Concepts of Chinese architectural design and some real-world examples of their use in interior design

China is one of the nations that has the longest history in the world, with the first dynasty being created in 2070 BC, making it one of the countries that holds the record for the oldest history. The presence of a history that can be traced back thousands of years before the common era provides a culture that is firmly ingrained in a variety of facets of the lives of the people who live there. The architecture and interior design of Chinese and Chinese buildings are undeniably impacted by the country’s rich cultural heritage and variety. The following are some of the ideas that are taken into consideration throughout the architectural design process for Chinese structures.

Dualism

Yin and Yang () refers to an old concept that originated in China. According to this theory, the Chinese people think that there is always going to be a rhythm that is counter to one another in nature. If there is dawn, there will also be night; whenever there is a dry season, there will also be a wet season; and so on (Kustedja & Salura, 2012). Despite the fact that they are mutually exclusive, these two concepts are inseparable. Because of the fact that the coexistence of these two distinct aspects results in the formation of cohesion and harmony.

One way that this idea might be put into practice is in determining how aesthetic value should be assigned to vacant space. The perspective held by members of the Chinese community is that it is undesirable for a space to be completely crammed, whether with a variety of pieces of furniture or other things. Additionally required in a room are sections that have been purposefully left empty. It would be even more ideal if a space were only stuffed with objects that were really required, without going to excessive lengths to emphasize this point.

Harmony and Composure

The following idea focuses on the importance of harmony and completeness across the whole. The members of the Chinese community believe that a structure does not necessarily need a vocal point or a focal point that draws attention in a space in order to function well. This is due to the fact that, in their view, the aspect of a structure that is based on this notion that is most significant is that the individual components come together to create a whole. There is nothing that stands out to the point that it overshadows everything else.
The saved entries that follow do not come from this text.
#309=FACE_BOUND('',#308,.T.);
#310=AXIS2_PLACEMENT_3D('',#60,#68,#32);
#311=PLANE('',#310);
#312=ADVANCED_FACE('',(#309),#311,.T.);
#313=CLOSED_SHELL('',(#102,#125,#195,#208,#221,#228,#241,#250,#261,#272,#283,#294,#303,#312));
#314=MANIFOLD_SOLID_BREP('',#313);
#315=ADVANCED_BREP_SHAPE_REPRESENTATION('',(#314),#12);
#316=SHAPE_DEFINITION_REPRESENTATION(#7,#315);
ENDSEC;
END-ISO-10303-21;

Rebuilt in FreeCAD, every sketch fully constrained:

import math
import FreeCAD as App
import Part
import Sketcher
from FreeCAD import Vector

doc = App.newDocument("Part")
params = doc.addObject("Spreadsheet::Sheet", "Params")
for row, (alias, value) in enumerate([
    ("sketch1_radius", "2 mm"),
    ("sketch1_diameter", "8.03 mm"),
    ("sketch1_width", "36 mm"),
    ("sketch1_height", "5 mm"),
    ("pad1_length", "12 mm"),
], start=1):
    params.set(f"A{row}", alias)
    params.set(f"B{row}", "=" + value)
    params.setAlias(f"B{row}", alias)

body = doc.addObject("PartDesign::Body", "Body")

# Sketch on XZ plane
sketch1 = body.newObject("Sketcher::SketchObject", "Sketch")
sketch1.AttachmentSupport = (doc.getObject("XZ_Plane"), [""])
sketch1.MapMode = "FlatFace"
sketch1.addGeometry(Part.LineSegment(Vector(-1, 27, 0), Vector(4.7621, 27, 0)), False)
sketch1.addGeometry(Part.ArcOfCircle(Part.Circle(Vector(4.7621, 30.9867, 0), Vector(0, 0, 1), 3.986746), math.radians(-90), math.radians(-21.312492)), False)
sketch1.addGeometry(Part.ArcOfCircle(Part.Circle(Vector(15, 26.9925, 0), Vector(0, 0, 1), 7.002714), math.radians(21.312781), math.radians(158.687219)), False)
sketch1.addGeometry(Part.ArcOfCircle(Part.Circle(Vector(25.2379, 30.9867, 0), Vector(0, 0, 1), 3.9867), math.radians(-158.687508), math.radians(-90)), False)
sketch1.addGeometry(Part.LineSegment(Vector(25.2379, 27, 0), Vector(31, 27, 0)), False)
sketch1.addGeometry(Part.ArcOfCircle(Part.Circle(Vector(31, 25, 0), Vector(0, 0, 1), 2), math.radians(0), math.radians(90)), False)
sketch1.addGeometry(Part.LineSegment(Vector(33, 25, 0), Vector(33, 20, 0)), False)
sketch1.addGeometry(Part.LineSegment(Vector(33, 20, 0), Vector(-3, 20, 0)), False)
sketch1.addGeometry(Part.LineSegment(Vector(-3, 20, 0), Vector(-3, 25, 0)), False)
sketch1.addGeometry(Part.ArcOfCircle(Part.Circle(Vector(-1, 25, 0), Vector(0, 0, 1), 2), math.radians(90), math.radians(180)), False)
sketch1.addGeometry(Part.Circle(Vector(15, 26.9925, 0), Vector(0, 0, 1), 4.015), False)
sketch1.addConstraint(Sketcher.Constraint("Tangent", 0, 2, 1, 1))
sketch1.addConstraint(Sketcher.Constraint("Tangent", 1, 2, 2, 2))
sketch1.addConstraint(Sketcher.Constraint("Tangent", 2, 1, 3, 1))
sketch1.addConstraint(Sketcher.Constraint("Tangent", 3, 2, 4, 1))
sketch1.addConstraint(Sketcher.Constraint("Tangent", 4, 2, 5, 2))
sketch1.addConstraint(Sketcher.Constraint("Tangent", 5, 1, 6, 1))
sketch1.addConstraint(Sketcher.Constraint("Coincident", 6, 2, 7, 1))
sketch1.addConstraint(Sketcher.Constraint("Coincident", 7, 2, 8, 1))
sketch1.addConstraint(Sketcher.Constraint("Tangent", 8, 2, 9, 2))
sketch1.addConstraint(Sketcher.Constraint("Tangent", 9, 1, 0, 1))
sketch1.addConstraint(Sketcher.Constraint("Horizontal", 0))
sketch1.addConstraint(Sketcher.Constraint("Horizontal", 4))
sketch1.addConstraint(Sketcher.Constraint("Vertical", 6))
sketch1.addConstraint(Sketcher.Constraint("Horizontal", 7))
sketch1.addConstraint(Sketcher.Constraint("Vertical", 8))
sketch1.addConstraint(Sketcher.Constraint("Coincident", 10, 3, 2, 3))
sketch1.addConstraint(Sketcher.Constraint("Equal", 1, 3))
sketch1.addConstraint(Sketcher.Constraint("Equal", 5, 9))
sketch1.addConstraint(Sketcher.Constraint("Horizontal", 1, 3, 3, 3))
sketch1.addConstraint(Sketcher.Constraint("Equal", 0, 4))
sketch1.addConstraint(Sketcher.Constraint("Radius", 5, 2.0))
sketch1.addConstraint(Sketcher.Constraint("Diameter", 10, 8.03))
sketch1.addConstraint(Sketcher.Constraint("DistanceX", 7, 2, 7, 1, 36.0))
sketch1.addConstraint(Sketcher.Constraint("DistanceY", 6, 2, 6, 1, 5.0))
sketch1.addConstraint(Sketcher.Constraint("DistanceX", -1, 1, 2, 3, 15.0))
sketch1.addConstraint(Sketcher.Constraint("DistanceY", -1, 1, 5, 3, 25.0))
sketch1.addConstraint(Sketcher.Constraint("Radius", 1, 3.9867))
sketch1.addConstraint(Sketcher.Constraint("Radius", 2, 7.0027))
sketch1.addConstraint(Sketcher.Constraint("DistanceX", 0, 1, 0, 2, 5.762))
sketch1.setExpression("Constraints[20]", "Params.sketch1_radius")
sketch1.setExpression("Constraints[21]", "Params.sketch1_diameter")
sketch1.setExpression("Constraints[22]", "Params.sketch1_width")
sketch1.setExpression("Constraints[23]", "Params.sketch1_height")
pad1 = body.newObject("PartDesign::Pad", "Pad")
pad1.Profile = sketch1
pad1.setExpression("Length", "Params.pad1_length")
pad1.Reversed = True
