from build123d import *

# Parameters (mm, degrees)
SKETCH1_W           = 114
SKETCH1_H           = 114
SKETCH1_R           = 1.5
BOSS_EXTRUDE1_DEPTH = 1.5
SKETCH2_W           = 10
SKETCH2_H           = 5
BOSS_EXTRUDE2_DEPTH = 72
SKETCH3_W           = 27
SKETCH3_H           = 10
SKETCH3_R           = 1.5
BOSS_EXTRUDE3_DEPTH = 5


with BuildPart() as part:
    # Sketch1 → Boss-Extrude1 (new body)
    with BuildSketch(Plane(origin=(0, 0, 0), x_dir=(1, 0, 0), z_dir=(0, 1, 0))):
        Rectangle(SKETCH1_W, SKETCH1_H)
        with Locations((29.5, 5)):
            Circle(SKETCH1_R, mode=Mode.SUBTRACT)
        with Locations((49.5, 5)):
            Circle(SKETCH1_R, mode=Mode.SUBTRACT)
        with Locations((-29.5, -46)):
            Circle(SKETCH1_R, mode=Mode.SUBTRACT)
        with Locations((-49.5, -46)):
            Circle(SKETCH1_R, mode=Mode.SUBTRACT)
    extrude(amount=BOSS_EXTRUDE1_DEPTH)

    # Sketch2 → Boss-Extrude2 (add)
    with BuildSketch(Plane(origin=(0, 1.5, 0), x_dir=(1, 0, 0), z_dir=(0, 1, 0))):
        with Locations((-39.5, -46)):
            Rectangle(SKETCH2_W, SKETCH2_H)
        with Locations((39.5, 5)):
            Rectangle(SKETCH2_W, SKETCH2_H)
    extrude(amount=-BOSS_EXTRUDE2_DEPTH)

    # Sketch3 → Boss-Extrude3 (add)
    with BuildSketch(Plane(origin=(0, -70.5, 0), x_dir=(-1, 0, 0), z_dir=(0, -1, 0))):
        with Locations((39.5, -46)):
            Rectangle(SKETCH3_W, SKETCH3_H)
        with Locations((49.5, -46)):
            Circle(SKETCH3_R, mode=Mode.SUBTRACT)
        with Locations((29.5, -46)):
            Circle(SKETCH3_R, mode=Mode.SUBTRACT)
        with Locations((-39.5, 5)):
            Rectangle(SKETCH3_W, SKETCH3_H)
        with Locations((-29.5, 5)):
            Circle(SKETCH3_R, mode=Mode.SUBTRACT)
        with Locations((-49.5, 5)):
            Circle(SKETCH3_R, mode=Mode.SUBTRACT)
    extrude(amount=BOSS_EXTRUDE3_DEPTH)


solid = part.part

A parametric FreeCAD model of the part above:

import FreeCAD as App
import Part
import Sketcher


def add_polygon(sketch, points):
    """Adds a closed chain of lines whose ends are joined by coincident constraints."""
    first, n = sketch.GeometryCount, len(points)
    for a, b in zip(points, points[1:] + points[:1]):
        sketch.addGeometry(Part.LineSegment(App.Vector(*a, 0), App.Vector(*b, 0)), False)
    for i in range(n):
        sketch.addConstraint(Sketcher.Constraint("Coincident", first + i, 2, first + (i + 1) % n, 1))

doc = App.newDocument("Part")
body = doc.addObject("PartDesign::Body", "Body")

# Sketch on XZ plane
sketch1 = body.newObject("Sketcher::SketchObject", "Sketch")
sketch1.AttachmentSupport = (doc.getObject("XZ_Plane"), [""])
sketch1.MapMode = "FlatFace"
add_polygon(sketch1, [(-57, -57), (-57, 57), (57, 57), (57, -57)])  # lines 0-3
sketch1.addGeometry(Part.Circle(App.Vector(-49.5, 46, 0), App.Vector(0, 0, 1), 1.5), False)  # 4
sketch1.addGeometry(Part.Circle(App.Vector(-29.5, 46, 0), App.Vector(0, 0, 1), 1.5), False)  # 5
sketch1.addGeometry(Part.Circle(App.Vector(29.5, -5, 0), App.Vector(0, 0, 1), 1.5), False)  # 6
sketch1.addGeometry(Part.Circle(App.Vector(49.5, -5, 0), App.Vector(0, 0, 1), 1.5), False)  # 7
sketch1.addConstraint([
    Sketcher.Constraint("Vertical", 0),
    Sketcher.Constraint("Horizontal", 1),
    Sketcher.Constraint("Vertical", 2),
    Sketcher.Constraint("Horizontal", 3),
    Sketcher.Constraint("Equal", 4, 5),
    Sketcher.Constraint("Equal", 5, 6),
    Sketcher.Constraint("Equal", 6, 7),
    Sketcher.Constraint("Symmetric", 0, 2, 2, 2, -1, 1),
    Sketcher.Constraint("Horizontal", 4, 3, 5, 3),
    Sketcher.Constraint("Horizontal", 6, 3, 7, 3),
    Sketcher.Constraint("Equal", 3, 0),
    Sketcher.Constraint("Diameter", 4, 3.0),
    Sketcher.Constraint("DistanceX", 1, 1, 1, 2, 114.0),
    Sketcher.Constraint("DistanceY", -1, 1, 4, 3, 46.0),
    Sketcher.Constraint("DistanceY", 6, 3, -1, 1, 5.0),
    Sketcher.Constraint("DistanceX", 4, 3, 5, 3, 20.0),
    Sketcher.Constraint("DistanceX", 5, 3, 6, 3, 59.0),
    Sketcher.Constraint("DistanceX", 6, 3, 7, 3, 20.0),
    Sketcher.Constraint("DistanceX", 4, 3, -1, 1, 49.5),
])
pad1 = body.newObject("PartDesign::Pad", "Pad")
pad1.Profile = sketch1
pad1.Length = 1.5
pad1.Reversed = True

# Sketch on XZ plane
sketch2 = body.newObject("Sketcher::SketchObject", "Sketch001")
sketch2.AttachmentSupport = (doc.getObject("XZ_Plane"), [""])
sketch2.MapMode = "FlatFace"
sketch2.AttachmentOffset = App.Placement(App.Vector(0, 0, -1.5), App.Rotation())
add_polygon(sketch2, [(-44, 44), (-44, 48), (-34, 48), (-34, 44)])  # lines 0-3
add_polygon(sketch2, [(34, -8), (34, -2), (44, -2), (44, -8)])  # lines 4-7
sketch2.addConstraint([
    Sketcher.Constraint("Vertical", 0),
    Sketcher.Constraint("Horizontal", 1),
    Sketcher.Constraint("Vertical", 2),
    Sketcher.Constraint("Horizontal", 3),
    Sketcher.Constraint("Vertical", 4),
    Sketcher.Constraint("Horizontal", 5),
    Sketcher.Constraint("Vertical", 6),
    Sketcher.Constraint("Horizontal", 7),
    Sketcher.Constraint("Equal", 3, 5),
    Sketcher.Constraint("Equal", 2, 4),
    Sketcher.Constraint("DistanceX", 1, 1, 1, 2, 10.0),
    Sketcher.Constraint("DistanceY", 0, 1, 0, 2, 5.0),
    Sketcher.Constraint("DistanceX", 2, 2, 4, 2, 69.0),
    Sketcher.Constraint("DistanceY", 4, 2, 2, 2, 46.0),
    Sketcher.Constraint("DistanceX", 0, 2, -1, 1, 44.5),
    Sketcher.Constraint("DistanceY", -1, 1, 0, 2, 48.5),
])
pad2 = body.newObject("PartDesign::Pad", "Pad001")
pad2.Profile = sketch2
pad2.Length = 72

# Sketch on XZ plane
sketch3 = body.newObject("Sketcher::SketchObject", "Sketch002")
sketch3.AttachmentSupport = (doc.getObject("XZ_Plane"), [""])
sketch3.MapMode = "FlatFace"
sketch3.AttachmentOffset = App.Placement(App.Vector(0, 0, 70.5), App.Rotation())
add_polygon(sketch3, [(-26, 41), (-26, 51), (-53, 51), (-53, 41)])  # lines 0-3
sketch3.addGeometry(Part.Circle(App.Vector(-29.5, 46, 0), App.Vector(0, 0, 1), 1.5), False)  # 4
sketch3.addGeometry(Part.Circle(App.Vector(-49.5, 46, 0), App.Vector(0, 0, 1), 1.5), False)  # 5
add_polygon(sketch3, [(53, -10), (53, 0), (26, 0), (26, -10)])  # lines 6-9
sketch3.addGeometry(Part.Circle(App.Vector(49.5, -5, 0), App.Vector(0, 0, 1), 1.5), False)  # 10
sketch3.addGeometry(Part.Circle(App.Vector(29.5, -5, 0), App.Vector(0, 0, 1), 1.5), False)  # 11
sketch3.addConstraint([
    Sketcher.Constraint("Vertical", 0),
    Sketcher.Constraint("Horizontal", 1),
    Sketcher.Constraint("Vertical", 2),
    Sketcher.Constraint("Horizontal", 3),
    Sketcher.Constraint("Vertical", 6),
    Sketcher.Constraint("Horizontal", 7),
    Sketcher.Constraint("Vertical", 8),
    Sketcher.Constraint("Horizontal", 9),
    Sketcher.Constraint("Equal", 4, 5),
    Sketcher.Constraint("Equal", 5, 10),
    Sketcher.Constraint("Equal", 10, 11),
    Sketcher.Constraint("PointOnObject", 6, 2, -1),
    Sketcher.Constraint("Horizontal", 4, 3, 5, 3),
    Sketcher.Constraint("Horizontal", 10, 3, 11, 3),
    Sketcher.Constraint("Equal", 3, 7),
    Sketcher.Constraint("Equal", 2, 6),
    Sketcher.Constraint("Diameter", 4, 3.0),
    Sketcher.Constraint("DistanceX", 1, 2, 1, 1, 27.0),
    Sketcher.Constraint("DistanceY", 0, 1, 0, 2, 10.0),
    Sketcher.Constraint("DistanceY", -1, 1, 4, 3, 46.0),
    Sketcher.Constraint("DistanceY", 10, 3, -1, 1, 5.0),
    Sketcher.Constraint("DistanceX", 0, 2, -1, 1, 26.0),
    Sketcher.Constraint("DistanceY", -1, 1, 0, 2, 51.0),
    Sketcher.Constraint("DistanceX", -1, 1, 6, 2, 53.0),
    Sketcher.Constraint("DistanceX", 5, 3, 4, 3, 20.0),
    Sketcher.Constraint("DistanceX", 4, 3, 10, 3, 79.0),
    Sketcher.Constraint("DistanceX", 11, 3, 10, 3, 20.0),
    Sketcher.Constraint("DistanceX", 4, 3, -1, 1, 29.5),
])
pad3 = body.newObject("PartDesign::Pad", "Pad002")
pad3.Profile = sketch3
pad3.Length = 5

doc.recompute()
This idea may be seen, for instance, in the way that symmetrical shapes are used in the design of interiors and exteriors of buildings. The argument is that if a structure or space is drawn a straight line directly in the center, then the left and right sides of the building or space will seem precisely the same or comparable. This is true whether the line is drawn horizontally or vertically.

Putting Equal Weight on Man and Nature

The people of China believe that a building’s purpose is to connect people with the natural environment that surrounds them, such as through facilitating human interaction with the natural world. This is due to the fact that, in the eyes of the Chinese people, humans and nature form a single entity, or alternatively, humans might be seen to be a relatively insignificant component of nature. They get their ideas and inspiration from the natural world around them. It is also often believed that people get their vitality from the natural world.
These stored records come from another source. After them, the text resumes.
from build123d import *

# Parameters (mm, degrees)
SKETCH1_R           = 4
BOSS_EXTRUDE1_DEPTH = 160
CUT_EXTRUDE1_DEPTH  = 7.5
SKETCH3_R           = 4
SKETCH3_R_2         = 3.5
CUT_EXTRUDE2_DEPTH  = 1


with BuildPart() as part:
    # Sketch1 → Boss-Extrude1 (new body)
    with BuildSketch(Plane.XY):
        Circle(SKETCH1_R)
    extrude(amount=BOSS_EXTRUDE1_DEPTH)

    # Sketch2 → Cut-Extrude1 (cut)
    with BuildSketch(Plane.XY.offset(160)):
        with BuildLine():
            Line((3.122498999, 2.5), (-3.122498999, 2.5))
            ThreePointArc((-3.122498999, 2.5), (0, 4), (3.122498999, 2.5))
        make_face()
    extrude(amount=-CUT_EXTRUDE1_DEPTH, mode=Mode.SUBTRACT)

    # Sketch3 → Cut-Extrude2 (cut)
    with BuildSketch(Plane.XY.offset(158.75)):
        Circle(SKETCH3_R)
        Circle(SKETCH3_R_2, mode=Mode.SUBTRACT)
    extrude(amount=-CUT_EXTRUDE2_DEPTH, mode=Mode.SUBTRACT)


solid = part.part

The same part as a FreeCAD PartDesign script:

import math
import FreeCAD as App
import Part
import Sketcher
from FreeCAD import Vector

doc = App.newDocument("Part")
body = doc.addObject("PartDesign::Body", "Body")

# Sketch on XY plane
sketch1 = body.newObject("Sketcher::SketchObject", "Sketch")
sketch1.AttachmentSupport = (doc.getObject("XY_Plane"), [""])
sketch1.MapMode = "FlatFace"
sketch1.addGeometry(Part.Circle(Vector(0, 0, 0), Vector(0, 0, 1), 4), False)
sketch1.addConstraint(Sketcher.Constraint("Coincident", 0, 3, -1, 1))
sketch1.addConstraint(Sketcher.Constraint("Diameter", 0, 8.0))
pad1 = body.newObject("PartDesign::Pad", "Pad")
pad1.Profile = sketch1
pad1.Length = 160

# Sketch on XY plane
sketch2 = body.newObject("Sketcher::SketchObject", "Sketch001")
sketch2.AttachmentSupport = (doc.getObject("XY_Plane"), [""])
sketch2.MapMode = "FlatFace"
sketch2.AttachmentOffset = App.Placement(Vector(0, 0, 160), App.Rotation())
sketch2.addGeometry(Part.LineSegment(Vector(-3.1, 2.5, 0), Vector(3.1, 2.5, 0)), False)
sketch2.addGeometry(Part.ArcOfCircle(Part.Circle(Vector(0, 0, 0), Vector(0, 0, 1), 4), math.radians(39), math.radians(141)), False)
sketch2.addConstraint(Sketcher.Constraint("Coincident", 0, 1, 1, 2))
sketch2.addConstraint(Sketcher.Constraint("Coincident", 1, 1, 0, 2))
sketch2.addConstraint(Sketcher.Constraint("Horizontal", 0))
sketch2.addConstraint(Sketcher.Constraint("Coincident", 1, 3, -1, 1))
sketch2.addConstraint(Sketcher.Constraint("Radius", 1, 4.0))
sketch2.addConstraint(Sketcher.Constraint("DistanceY", -1, 1, 0, 1, 2.5))
pocket1 = body.newObject("PartDesign::Pocket", "Pocket")
pocket1.Profile = sketch2
pocket1.Length = 7.5

# Sketch on XY plane
sketch3 = body.newObject("Sketcher::SketchObject", "Sketch002")
sketch3.AttachmentSupport = (doc.getObject("XY_Plane"), [""])
sketch3.MapMode = "FlatFace"
sketch3.AttachmentOffset = App.Placement(Vector(0, 0, 158.75), App.Rotation())
sketch3.addGeometry(Part.Circle(Vector(0, 0, 0), Vector(0, 0, 1), 4), False)
sketch3.addGeometry(Part.Circle(Vector(0, 0, 0), Vector(0, 0, 1), 3.5), False)
sketch3.addConstraint(Sketcher.Constraint("Coincident", 0, 3, -1, 1))
sketch3.addConstraint(Sketcher.Constraint("Coincident", 1, 3, -1, 1))
sketch3.addConstraint(Sketcher.Constraint("Diameter", 0, 8.0))
sketch3.addConstraint(Sketcher.Constraint("Diameter", 1, 7.0))
pocket2 = body.newObject("PartDesign::Pocket", "Pocket001")
pocket2.Profile = sketch3
pocket2.Length = 1

doc.recompute()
The installation of windows is an illustration of how this idea may be used in design, and it’s a good one to look at. The window in this Chinese structure serves the purpose of a connector, or of linking the inside with the environment outside of the building. It seems like the window is being utilized to create a “frame” that is displaying a picture, and the image that is being shown is a view of the landscape outside the building.

Hierarchy-Procession-Continuity

The layout of Chinese buildings often pays a lot of attention to the several levels and components that make up the life of the people who live there. If a person is in a higher position, the building that they use will be located farther away from the entrance and will be of a greater height than the buildings that are in the surrounding area. On the other hand, if the individual in question does not have a major position, then the structure that is used will be much more straightforward.

One illustration of the possible applications is to model it after the arrangement of the rooms in a traditional Chinese home. These areas are going to be structured taking into consideration the order of importance of the household’s various members of the family. When a person’s status is greater, such as when they are parents, the location of the room they use will be farther distant or more difficult to get from the main door. On the other hand, if a person’s status in the family is declining, as it does with children, then the location of that person’s bedroom should be one that is closer to the front door so that it is more convenient to access.

Feng Shui

Fengshui is a science that explores how to utilize Qi (also known as energy) to enhance the quality of one’s life by taking into consideration the three different kinds of ‘luck’ that humans experience. This qi is present in all living and nonliving objects that are found in nature. It may be found in people as well as the environment that surrounds them (Too, 1993). Heaven’s Luck (; tian cai), Earth’s Luck (; di cai), and Human Luck (; ren cai) are the three types of luck that he refers to when referring to human luck. The practice of Feng Shui in and of itself is a representation of Earth’s Luck with the purpose of assisting humanity in bettering their destinies.

Feng shui is used to regulate beginning with the determination of the location of the building, the direction facing the building, the position of the doors and windows along with their size, the position of laying out the rooms, the direction facing the room, and so on. Feng shui is used to regulate everything from the placement of the doors and windows to the orientation of the building itself.